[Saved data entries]
|---|

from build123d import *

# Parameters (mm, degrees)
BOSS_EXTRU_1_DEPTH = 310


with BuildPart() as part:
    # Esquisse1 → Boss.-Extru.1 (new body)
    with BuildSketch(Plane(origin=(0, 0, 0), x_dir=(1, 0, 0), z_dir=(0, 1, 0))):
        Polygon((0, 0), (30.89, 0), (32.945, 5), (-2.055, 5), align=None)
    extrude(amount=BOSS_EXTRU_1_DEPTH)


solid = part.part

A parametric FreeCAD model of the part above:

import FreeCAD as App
import Part
import Sketcher

V = App.Vector

doc = App.newDocument("Part")
params = doc.addObject("Spreadsheet::Sheet", "Params")
for row, (alias, value) in enumerate([
    ("sketch1_width", "35 mm"),
    ("sketch1_width2", "30.89 mm"),
    ("pad1_length", "310 mm"),
], start=1):
    params.set(f"A{row}", alias)
    params.set(f"B{row}", "=" + value)
    params.setAlias(f"B{row}", alias)

body = doc.addObject("PartDesign::Body", "Body")

# Sketch on XZ plane
sketch1 = body.newObject("Sketcher::SketchObject", "Sketch")
sketch1.AttachmentSupport = (doc.getObject("XZ_Plane"), [""])
sketch1.MapMode = "FlatFace"
sketch1.addGeometry([
    Part.LineSegment(V(0, 0, 0), V(30.89, 0, 0)),
    Part.LineSegment(V(30.89, 0, 0), V(32.945, -5, 0)),
    Part.LineSegment(V(32.945, -5, 0), V(-2.055, -5, 0)),
    Part.LineSegment(V(-2.055, -5, 0), V(0, 0, 0)),
], False)
sketch1.addConstraint([
    Sketcher.Constraint("Coincident", 0, 2, 1, 1),
    Sketcher.Constraint("Coincident", 1, 2, 2, 1),
    Sketcher.Constraint("Coincident", 2, 2, 3, 1),
    Sketcher.Constraint("Coincident", 3, 2, 0, 1),
    Sketcher.Constraint("Horizontal", 0),
    Sketcher.Constraint("Horizontal", 2),
    Sketcher.Constraint("Coincident", 3, 2, -1, 1),
    Sketcher.Constraint("Equal", 1, 3),
    Sketcher.Constraint("DistanceX", 2, 2, 2, 1, 35.0),
    Sketcher.Constraint("DistanceY", 1, 2, -1, 1, 5.0),
    Sketcher.Constraint("DistanceX", 0, 1, 0, 2, 30.89),
])
sketch1.setExpression("Constraints[8]", "Params.sketch1_width")
sketch1.setExpression("Constraints[10]", "Params.sketch1_width2")
pad1 = body.newObject("PartDesign::Pad", "Pad")
pad1.Profile = sketch1
pad1.setExpression("Length", "Params.pad1_length")
pad1.Reversed = True

doc.recompute()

|---|

• _Exercise directions_
Output the records in full, keeping them exactly as they are.

• _Response area_
from build123d import *

# Parameters (mm, degrees)
BOSS_EXTRU_1_DEPTH = 310


with BuildPart() as part:
    # Esquisse1 → Boss.-Extru.1 (new body)
    with BuildSketch(Plane(origin=(0, 0, 0), x_dir=(1, 0, 0), z_dir=(0, 1, 0))):
        Polygon((0, 0), (30.89, 0), (32.945, 5), (-2.055, 5), align=None)
    extrude(amount=BOSS_EXTRU_1_DEPTH)


solid = part.part

A parametric FreeCAD model of the part above:

import FreeCAD as App
import Part
import Sketcher

V = App.Vector

doc = App.newDocument("Part")
params = doc.addObject("Spreadsheet::Sheet", "Params")
for row, (alias, value) in enumerate([
    ("sketch1_width", "35 mm"),
    ("sketch1_width2", "30.89 mm"),
    ("pad1_length", "310 mm"),
], start=1):
    params.set(f"A{row}", alias)
    params.set(f"B{row}", "=" + value)
    params.setAlias(f"B{row}", alias)

body = doc.addObject("PartDesign::Body", "Body")

# Sketch on XZ plane
sketch1 = body.newObject("Sketcher::SketchObject", "Sketch")
sketch1.AttachmentSupport = (doc.getObject("XZ_Plane"), [""])
sketch1.MapMode = "FlatFace"
sketch1.addGeometry([
    Part.LineSegment(V(0, 0, 0), V(30.89, 0, 0)),
    Part.LineSegment(V(30.89, 0, 0), V(32.945, -5, 0)),
    Part.LineSegment(V(32.945, -5, 0), V(-2.055, -5, 0)),
    Part.LineSegment(V(-2.055, -5, 0), V(0, 0, 0)),
], False)
sketch1.addConstraint([
    Sketcher.Constraint("Coincident", 0, 2, 1, 1),
    Sketcher.Constraint("Coincident", 1, 2, 2, 1),
    Sketcher.Constraint("Coincident", 2, 2, 3, 1),
    Sketcher.Constraint("Coincident", 3, 2, 0, 1),
    Sketcher.Constraint("Horizontal", 0),
    Sketcher.Constraint("Horizontal", 2),
    Sketcher.Constraint("Coincident", 3, 2, -1, 1),
    Sketcher.Constraint("Equal", 1, 3),
    Sketcher.Constraint("DistanceX", 2, 2, 2, 1, 35.0),
    Sketcher.Constraint("DistanceY", 1, 2, -1, 1, 5.0),
    Sketcher.Constraint("DistanceX", 0, 1, 0, 2, 30.89),
])
sketch1.setExpression("Constraints[8]", "Params.sketch1_width")
sketch1.setExpression("Constraints[10]", "Params.sketch1_width2")
pad1 = body.newObject("PartDesign::Pad", "Pad")
pad1.Profile = sketch1
pad1.setExpression("Length", "Params.pad1_length")
pad1.Reversed = True

doc.recompute()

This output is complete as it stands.